A. In early 2007, the Plaintiff proposed that “The Plaintiff will return KRW 200 million to the Defendant, 200,000,000,000,000,000 won as the funds are insufficient to operate a business importing and selling the seeds in China.” This proposed that “The Plaintiff will return KRW 200,000,000,000,000 after two months.”

B. The Defendant accepted the above proposal and paid the Plaintiff KRW 100 million on February 9, 2007 and KRW 80 million on February 13, 2007.

C. However, on April 14, 2007, when two months have elapsed since then, the Plaintiff paid only KRW 20 million, which was promised to the Defendant as a profit, to the Defendant, and did not pay KRW 180 million of the investment principal, and the total amount of the investment principal and the profit was paid KRW 200 million after two months.

However, on June 14, 2007, the Plaintiff failed to pay the above KRW 200 million to the Defendant, and the Defendant agreed to pay the principal and interest of KRW 200 million per month by setting the principal and interest of KRW 7 million per month.

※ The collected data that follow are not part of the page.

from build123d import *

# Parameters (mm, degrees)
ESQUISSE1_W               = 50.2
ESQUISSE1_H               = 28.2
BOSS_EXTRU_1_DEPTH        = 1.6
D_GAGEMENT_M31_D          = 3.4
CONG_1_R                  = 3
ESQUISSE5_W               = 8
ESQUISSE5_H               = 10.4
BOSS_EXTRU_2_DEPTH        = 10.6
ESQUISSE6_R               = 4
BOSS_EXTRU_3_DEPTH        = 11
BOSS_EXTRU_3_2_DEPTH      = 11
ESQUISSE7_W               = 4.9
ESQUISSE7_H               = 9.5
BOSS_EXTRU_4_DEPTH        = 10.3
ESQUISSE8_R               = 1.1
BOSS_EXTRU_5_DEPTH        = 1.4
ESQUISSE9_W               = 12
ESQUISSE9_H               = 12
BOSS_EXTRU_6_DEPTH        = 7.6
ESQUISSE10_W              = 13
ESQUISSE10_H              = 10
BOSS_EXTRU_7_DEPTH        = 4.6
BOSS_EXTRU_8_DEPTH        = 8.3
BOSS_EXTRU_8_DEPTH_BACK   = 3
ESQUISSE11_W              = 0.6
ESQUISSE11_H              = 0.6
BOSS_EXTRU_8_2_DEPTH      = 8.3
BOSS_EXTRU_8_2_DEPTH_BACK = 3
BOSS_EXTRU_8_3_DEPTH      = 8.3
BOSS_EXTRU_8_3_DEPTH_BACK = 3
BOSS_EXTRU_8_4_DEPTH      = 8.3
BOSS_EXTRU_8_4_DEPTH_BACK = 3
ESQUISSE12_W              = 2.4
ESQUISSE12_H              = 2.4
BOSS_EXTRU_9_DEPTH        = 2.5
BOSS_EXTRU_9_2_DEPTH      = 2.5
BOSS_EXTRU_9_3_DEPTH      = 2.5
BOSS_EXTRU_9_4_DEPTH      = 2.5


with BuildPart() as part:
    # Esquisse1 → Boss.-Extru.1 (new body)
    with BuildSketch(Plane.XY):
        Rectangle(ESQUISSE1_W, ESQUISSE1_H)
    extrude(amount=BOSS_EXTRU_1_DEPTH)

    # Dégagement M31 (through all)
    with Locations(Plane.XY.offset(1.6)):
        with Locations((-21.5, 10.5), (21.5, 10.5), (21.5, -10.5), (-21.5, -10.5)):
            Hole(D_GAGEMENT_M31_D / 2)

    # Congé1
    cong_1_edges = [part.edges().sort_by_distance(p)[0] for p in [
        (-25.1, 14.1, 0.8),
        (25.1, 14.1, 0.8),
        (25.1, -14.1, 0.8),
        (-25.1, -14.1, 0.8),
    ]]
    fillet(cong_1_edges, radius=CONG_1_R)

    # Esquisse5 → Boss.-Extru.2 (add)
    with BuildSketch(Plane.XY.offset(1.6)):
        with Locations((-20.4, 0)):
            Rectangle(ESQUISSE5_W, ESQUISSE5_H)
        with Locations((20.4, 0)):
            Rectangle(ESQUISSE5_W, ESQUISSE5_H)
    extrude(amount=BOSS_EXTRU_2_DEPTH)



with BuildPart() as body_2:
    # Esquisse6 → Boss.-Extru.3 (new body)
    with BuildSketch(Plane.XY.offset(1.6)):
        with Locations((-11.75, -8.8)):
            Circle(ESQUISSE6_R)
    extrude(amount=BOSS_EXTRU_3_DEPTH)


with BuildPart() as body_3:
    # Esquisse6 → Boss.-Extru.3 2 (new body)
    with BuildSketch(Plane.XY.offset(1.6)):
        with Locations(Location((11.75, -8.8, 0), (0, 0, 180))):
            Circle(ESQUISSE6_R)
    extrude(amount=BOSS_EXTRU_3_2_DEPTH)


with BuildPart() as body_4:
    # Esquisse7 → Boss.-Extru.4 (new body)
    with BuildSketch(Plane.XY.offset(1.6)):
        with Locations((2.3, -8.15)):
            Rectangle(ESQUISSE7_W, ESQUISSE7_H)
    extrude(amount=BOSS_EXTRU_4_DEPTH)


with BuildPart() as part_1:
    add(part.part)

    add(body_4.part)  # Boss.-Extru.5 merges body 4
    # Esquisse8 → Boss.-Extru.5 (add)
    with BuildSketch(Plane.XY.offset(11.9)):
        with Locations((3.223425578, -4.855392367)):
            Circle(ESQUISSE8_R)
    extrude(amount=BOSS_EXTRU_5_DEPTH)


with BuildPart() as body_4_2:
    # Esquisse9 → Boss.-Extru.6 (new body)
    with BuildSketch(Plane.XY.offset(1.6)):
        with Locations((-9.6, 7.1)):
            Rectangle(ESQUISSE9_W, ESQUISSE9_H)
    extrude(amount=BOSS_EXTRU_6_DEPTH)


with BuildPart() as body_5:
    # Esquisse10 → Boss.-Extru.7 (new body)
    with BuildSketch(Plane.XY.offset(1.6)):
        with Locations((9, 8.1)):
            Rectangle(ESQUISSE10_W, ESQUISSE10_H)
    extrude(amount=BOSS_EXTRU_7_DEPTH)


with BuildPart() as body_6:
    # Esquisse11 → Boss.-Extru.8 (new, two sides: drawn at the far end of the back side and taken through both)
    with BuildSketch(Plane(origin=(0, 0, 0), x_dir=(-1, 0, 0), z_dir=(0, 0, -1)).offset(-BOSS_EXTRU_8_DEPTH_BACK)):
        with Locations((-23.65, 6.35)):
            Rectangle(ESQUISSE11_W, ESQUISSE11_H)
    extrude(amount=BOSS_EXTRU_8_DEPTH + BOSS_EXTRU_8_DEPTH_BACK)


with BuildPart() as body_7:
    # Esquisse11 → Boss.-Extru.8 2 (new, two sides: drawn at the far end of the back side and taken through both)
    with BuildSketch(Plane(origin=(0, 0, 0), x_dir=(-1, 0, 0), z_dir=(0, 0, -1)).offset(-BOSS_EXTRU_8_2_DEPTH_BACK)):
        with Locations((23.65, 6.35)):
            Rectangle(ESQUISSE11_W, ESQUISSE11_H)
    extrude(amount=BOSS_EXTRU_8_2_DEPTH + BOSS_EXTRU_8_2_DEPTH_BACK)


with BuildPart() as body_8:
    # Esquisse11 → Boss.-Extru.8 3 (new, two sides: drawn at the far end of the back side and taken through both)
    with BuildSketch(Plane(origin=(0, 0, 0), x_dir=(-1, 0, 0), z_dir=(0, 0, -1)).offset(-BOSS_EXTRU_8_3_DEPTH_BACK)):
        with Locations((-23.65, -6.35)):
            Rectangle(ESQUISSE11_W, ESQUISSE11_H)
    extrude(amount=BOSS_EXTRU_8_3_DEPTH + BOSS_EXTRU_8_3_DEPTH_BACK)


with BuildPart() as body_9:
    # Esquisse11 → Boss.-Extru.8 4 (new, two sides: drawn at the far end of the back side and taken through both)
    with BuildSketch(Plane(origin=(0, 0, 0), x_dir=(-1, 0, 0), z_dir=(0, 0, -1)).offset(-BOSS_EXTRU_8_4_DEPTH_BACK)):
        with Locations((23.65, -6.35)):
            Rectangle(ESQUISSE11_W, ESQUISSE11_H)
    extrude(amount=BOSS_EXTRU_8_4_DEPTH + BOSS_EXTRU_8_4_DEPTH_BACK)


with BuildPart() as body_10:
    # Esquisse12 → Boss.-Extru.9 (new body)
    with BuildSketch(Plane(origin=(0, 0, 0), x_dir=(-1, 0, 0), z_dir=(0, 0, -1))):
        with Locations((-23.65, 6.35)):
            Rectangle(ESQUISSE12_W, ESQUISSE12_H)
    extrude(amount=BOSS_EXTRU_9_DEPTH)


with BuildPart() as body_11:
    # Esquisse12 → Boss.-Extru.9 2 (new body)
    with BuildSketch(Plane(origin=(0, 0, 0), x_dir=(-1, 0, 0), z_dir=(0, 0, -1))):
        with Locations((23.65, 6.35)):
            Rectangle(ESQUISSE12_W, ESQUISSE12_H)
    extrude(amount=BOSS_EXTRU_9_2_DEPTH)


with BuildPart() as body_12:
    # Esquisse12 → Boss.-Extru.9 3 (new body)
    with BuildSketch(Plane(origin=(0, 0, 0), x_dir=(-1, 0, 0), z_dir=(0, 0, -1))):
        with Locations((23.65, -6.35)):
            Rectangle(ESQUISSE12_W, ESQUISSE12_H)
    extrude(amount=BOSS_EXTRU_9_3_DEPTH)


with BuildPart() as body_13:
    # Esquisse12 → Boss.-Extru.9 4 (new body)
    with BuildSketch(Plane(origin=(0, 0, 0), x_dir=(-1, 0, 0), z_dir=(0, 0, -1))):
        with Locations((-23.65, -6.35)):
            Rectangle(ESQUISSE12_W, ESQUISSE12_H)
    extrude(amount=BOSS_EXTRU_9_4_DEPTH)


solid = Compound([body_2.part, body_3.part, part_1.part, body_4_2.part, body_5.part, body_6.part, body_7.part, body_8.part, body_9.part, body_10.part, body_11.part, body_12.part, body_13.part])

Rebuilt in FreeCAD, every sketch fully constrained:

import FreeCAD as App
import Part
import Sketcher


def edges_at(feature, points):
    """Names of the edges that pass closest to the given points."""
    edges = feature.Shape.Edges
    near = lambda p: min(range(len(edges)), key=lambda i: edges[i].distToShape(Part.Vertex(*p))[0])
    return sorted({f"Edge{near(p) + 1}" for p in points})


def add_polygon(sketch, points):
    """Adds a closed chain of lines whose ends are joined by coincident constraints."""
    first, n = sketch.GeometryCount, len(points)
    for a, b in zip(points, points[1:] + points[:1]):
        sketch.addGeometry(Part.LineSegment(App.Vector(*a, 0), App.Vector(*b, 0)), False)
    for i in range(n):
        sketch.addConstraint(Sketcher.Constraint("Coincident", first + i, 2, first + (i + 1) % n, 1))

doc = App.newDocument("Part")
body = doc.addObject("PartDesign::Body", "Body")

sketch1 = doc.addObject("Sketcher::SketchObject", "Sketch")
body.addObject(sketch1)
sketch1.AttachmentSupport = (doc.XY_Plane, [""])
sketch1.MapMode = "FlatFace"
add_polygon(sketch1, [(-25, 14), (-25, -14), (25, -14), (25, 14)])
sketch1.addConstraint(Sketcher.Constraint("Vertical", 0))
sketch1.addConstraint(Sketcher.Constraint("Horizontal", 1))
sketch1.addConstraint(Sketcher.Constraint("Vertical", 2))
sketch1.addConstraint(Sketcher.Constraint("Horizontal", 3))
sketch1.addConstraint(Sketcher.Constraint("Symmetric", 0, 2, 2, 2, -1, 1))
sketch1.addConstraint(Sketcher.Constraint("DistanceX", 1, 1, 1, 2, 50.2))
sketch1.addConstraint(Sketcher.Constraint("DistanceY", 0, 2, 0, 1, 28.2))
pad1 = doc.addObject("PartDesign::Pad", "Pad")
body.addObject(pad1)
pad1.Profile = sketch1
pad1.Length = 1.6

sketch2 = doc.addObject("Sketcher::SketchObject", "Sketch001")
body.addObject(sketch2)
sketch2.AttachmentSupport = (doc.XY_Plane, [""])
sketch2.MapMode = "FlatFace"
sketch2.AttachmentOffset = App.Placement(App.Vector(0, 0, 1.6), App.Rotation())
sketch2.addGeometry(Part.Circle(App.Vector(-21.5, 10.5, 0), App.Vector(0, 0, 1), 1.7), False)
sketch2.addGeometry(Part.Circle(App.Vector(21.5, 10.5, 0), App.Vector(0, 0, 1), 1.7), False)
sketch2.addGeometry(Part.Circle(App.Vector(21.5, -10.5, 0), App.Vector(0, 0, 1), 1.7), False)
sketch2.addGeometry(Part.Circle(App.Vector(-21.5, -10.5, 0), App.Vector(0, 0, 1), 1.7), False)
sketch2.addConstraint(Sketcher.Constraint("Equal", 0, 1))
sketch2.addConstraint(Sketcher.Constraint("Equal", 1, 2))
sketch2.addConstraint(Sketcher.Constraint("Equal", 2, 3))
sketch2.addConstraint(Sketcher.Constraint("Symmetric", 0, 3, 2, 3, -1, 1))
sketch2.addConstraint(Sketcher.Constraint("Symmetric", 1, 3, 3, 3, -1, 1))
sketch2.addConstraint(Sketcher.Constraint("Symmetric", 0, 3, 1, 3, -2))
sketch2.addConstraint(Sketcher.Constraint("Diameter", 0, 3.4))
sketch2.addConstraint(Sketcher.Constraint("DistanceX", 0, 3, 1, 3, 43.0))
sketch2.addConstraint(Sketcher.Constraint("DistanceY", 2, 3, 1, 3, 21.0))
doc.recompute()
hole = doc.addObject("PartDesign::Hole", "Hole")
body.addObject(hole)
hole.Profile = sketch2
hole.ThreadType = "None"
hole.Diameter = 3.4
hole.DepthType = "ThroughAll"
doc.recompute()

fillet = doc.addObject("PartDesign::Fillet", "Fillet")
body.addObject(fillet)
fillet.Base = (hole, edges_at(hole, [
    (-25.1, 14.1, 0.8),
    (25.1, 14.1, 0.8),
    (25.1, -14.1, 0.8),
    (-25.1, -14.1, 0.8),
]))
fillet.Radius = 3

sketch3 = doc.addObject("Sketcher::SketchObject", "Sketch002")
body.addObject(sketch3)
sketch3.AttachmentSupport = (doc.XY_Plane, [""])
sketch3.MapMode = "FlatFace"
sketch3.AttachmentOffset = App.Placement(App.Vector(0, 0, 1.6), App.Rotation())
add_polygon(sketch3, [(-24, 5), (-24, -5), (-16, -5), (-16, 5)])
add_polygon(sketch3, [(16, 5), (16, -5), (24, -5), (24, 5)])
sketch3.addConstraint(Sketcher.Constraint("Vertical", 0))
sketch3.addConstraint(Sketcher.Constraint("Horizontal", 1))
sketch3.addConstraint(Sketcher.Constraint("Vertical", 2))
sketch3.addConstraint(Sketcher.Constraint("Horizontal", 3))
sketch3.addConstraint(Sketcher.Constraint("Vertical", 4))
sketch3.addConstraint(Sketcher.Constraint("Horizontal", 5))
sketch3.addConstraint(Sketcher.Constraint("Vertical", 6))
sketch3.addConstraint(Sketcher.Constraint("Horizontal", 7))
sketch3.addConstraint(Sketcher.Constraint("Symmetric", 2, 2, 4, 2, -1, 1))
sketch3.addConstraint(Sketcher.Constraint("Symmetric", 0, 2, 6, 2, -1, 1))
sketch3.addConstraint(Sketcher.Constraint("Horizontal", 1, 2, 4, 2))
sketch3.addConstraint(Sketcher.Constraint("DistanceX", 1, 1, 1, 2, 8.0))
sketch3.addConstraint(Sketcher.Constraint("DistanceY", 0, 2, 0, 1, 10.4))
sketch3.addConstraint(Sketcher.Constraint("DistanceX", 0, 2, -1, 1, 24.4))
pad2 = doc.addObject("PartDesign::Pad", "Pad001")
body.addObject(pad2)
pad2.Profile = sketch3
pad2.Length = 10.6
body2 = doc.addObject("PartDesign::Body", "Body001")

sketch4 = doc.addObject("Sketcher::SketchObject", "Sketch003")
body2.addObject(sketch4)
sketch4.AttachmentSupport = (doc.getObject("XY_Plane001"), [""])
sketch4.MapMode = "FlatFace"
sketch4.AttachmentOffset = App.Placement(App.Vector(0, 0, 1.6), App.Rotation())
sketch4.addGeometry(Part.Circle(App.Vector(-11.8, -8.8, 0), App.Vector(0, 0, 1), 4), False)
sketch4.addConstraint(Sketcher.Constraint("Diameter", 0, 8.0))
sketch4.addConstraint(Sketcher.Constraint("DistanceY", 0, 3, -1, 1, 8.8))
sketch4.addConstraint(Sketcher.Constraint("DistanceX", 0, 3, -1, 1, 11.75))
pad3 = doc.addObject("PartDesign::Pad", "Pad002")
body2.addObject(pad3)
pad3.Profile = sketch4
pad3.Length = 11
body3 = doc.addObject("PartDesign::Body", "Body002")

(hereinafter “instant agreement”). [The grounds for recognition] The entry of evidence No. 1, the witness C’s testimony, and the purport of the entire pleadings

2. Determination:

A. The plaintiff asserts that the principal lent to the defendant should be returned as unjust enrichment that the plaintiff paid in excess of the principal and interest on the loan due to the cause of KRW 180 million.

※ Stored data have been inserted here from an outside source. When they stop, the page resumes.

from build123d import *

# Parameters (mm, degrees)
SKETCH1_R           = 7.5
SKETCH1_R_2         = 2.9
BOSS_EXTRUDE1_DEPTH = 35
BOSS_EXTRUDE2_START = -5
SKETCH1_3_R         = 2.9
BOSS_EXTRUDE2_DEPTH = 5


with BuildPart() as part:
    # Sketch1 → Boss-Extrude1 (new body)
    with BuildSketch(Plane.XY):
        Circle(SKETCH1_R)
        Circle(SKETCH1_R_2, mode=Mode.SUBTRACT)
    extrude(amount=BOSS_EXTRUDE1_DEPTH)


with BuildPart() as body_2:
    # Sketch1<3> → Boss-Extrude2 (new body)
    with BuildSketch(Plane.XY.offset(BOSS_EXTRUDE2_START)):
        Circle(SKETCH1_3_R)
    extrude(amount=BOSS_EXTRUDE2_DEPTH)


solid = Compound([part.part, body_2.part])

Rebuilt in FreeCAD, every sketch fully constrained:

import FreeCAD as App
import Part
import Sketcher

doc = App.newDocument("Part")
params = doc.addObject("Spreadsheet::Sheet", "Params")
for row, (alias, value) in enumerate([
    ("sketch1_diameter", "15 mm"),
    ("sketch1_diameter2", "5.8 mm"),
    ("pad1_length", "35 mm"),
    ("sketch2_diameter", "5.8 mm"),
    ("pad2_length", "5 mm"),
], start=1):
    params.set(f"A{row}", alias)
    params.set(f"B{row}", "=" + value)
    params.setAlias(f"B{row}", alias)

body = doc.addObject("PartDesign::Body", "Body")

sketch1 = doc.addObject("Sketcher::SketchObject", "Sketch")
body.addObject(sketch1)
sketch1.AttachmentSupport = (doc.XY_Plane, [""])
sketch1.MapMode = "FlatFace"
sketch1.addGeometry(Part.Circle(App.Vector(0, 0, 0), App.Vector(0, 0, 1), 7.5), False)
sketch1.addGeometry(Part.Circle(App.Vector(0, 0, 0), App.Vector(0, 0, 1), 2.9), False)
sketch1.addConstraint(Sketcher.Constraint("Coincident", 0, 3, -1, 1))
sketch1.addConstraint(Sketcher.Constraint("Coincident", 1, 3, -1, 1))
sketch1.addConstraint(Sketcher.Constraint("Diameter", 0, 15.0))
sketch1.addConstraint(Sketcher.Constraint("Diameter", 1, 5.8))
sketch1.setExpression("Constraints[2]", "Params.sketch1_diameter")
sketch1.setExpression("Constraints[3]", "Params.sketch1_diameter2")
pad1 = doc.addObject("PartDesign::Pad", "Pad")
body.addObject(pad1)
pad1.Profile = sketch1
pad1.setExpression("Length", "Params.pad1_length")
body2 = doc.addObject("PartDesign::Body", "Body001")

sketch2 = doc.addObject("Sketcher::SketchObject", "Sketch001")
body2.addObject(sketch2)
sketch2.AttachmentSupport = (doc.getObject("XY_Plane001"), [""])
sketch2.MapMode = "FlatFace"
sketch2.AttachmentOffset = App.Placement(App.Vector(0, 0, -5), App.Rotation())
sketch2.addGeometry(Part.Circle(App.Vector(0, 0, 0), App.Vector(0, 0, 1), 2.9), False)
sketch2.addConstraint(Sketcher.Constraint("Coincident", 0, 3, -1, 1))
sketch2.addConstraint(Sketcher.Constraint("Diameter", 0, 5.8))
sketch2.setExpression("Constraints[1]", "Params.sketch2_diameter")
pad2 = doc.addObject("PartDesign::Pad", "Pad001")
body2.addObject(pad2)
pad2.Profile = sketch2
pad2.setExpression("Length", "Params.pad2_length")

doc.recompute()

B. According to the Interest Limitation Act, the maximum interest rate under a contract for lending and borrowing of money is limited to 30% per annum, and the portion exceeding the maximum interest rate is null and void, and where the obligor arbitrarily pays the interest exceeding the maximum interest rate, the amount equivalent to the excess interest paid shall be appropriated for the principal (see, e.g., Supreme Court Decision 98Da17046, Oct. 13, 1998).

The instant agreement is reasonable to regard the principal and interest of KRW 200 million as a quasi-loan agreement that provides for the purpose of a loan for consumption.

If 200 million won as principal of quasi-loan for consumption is appropriated in the order of interest and principal calculated by the rate of 30% per annum, which is the limit of interest under the Interest Limitation Act, it shall be attached.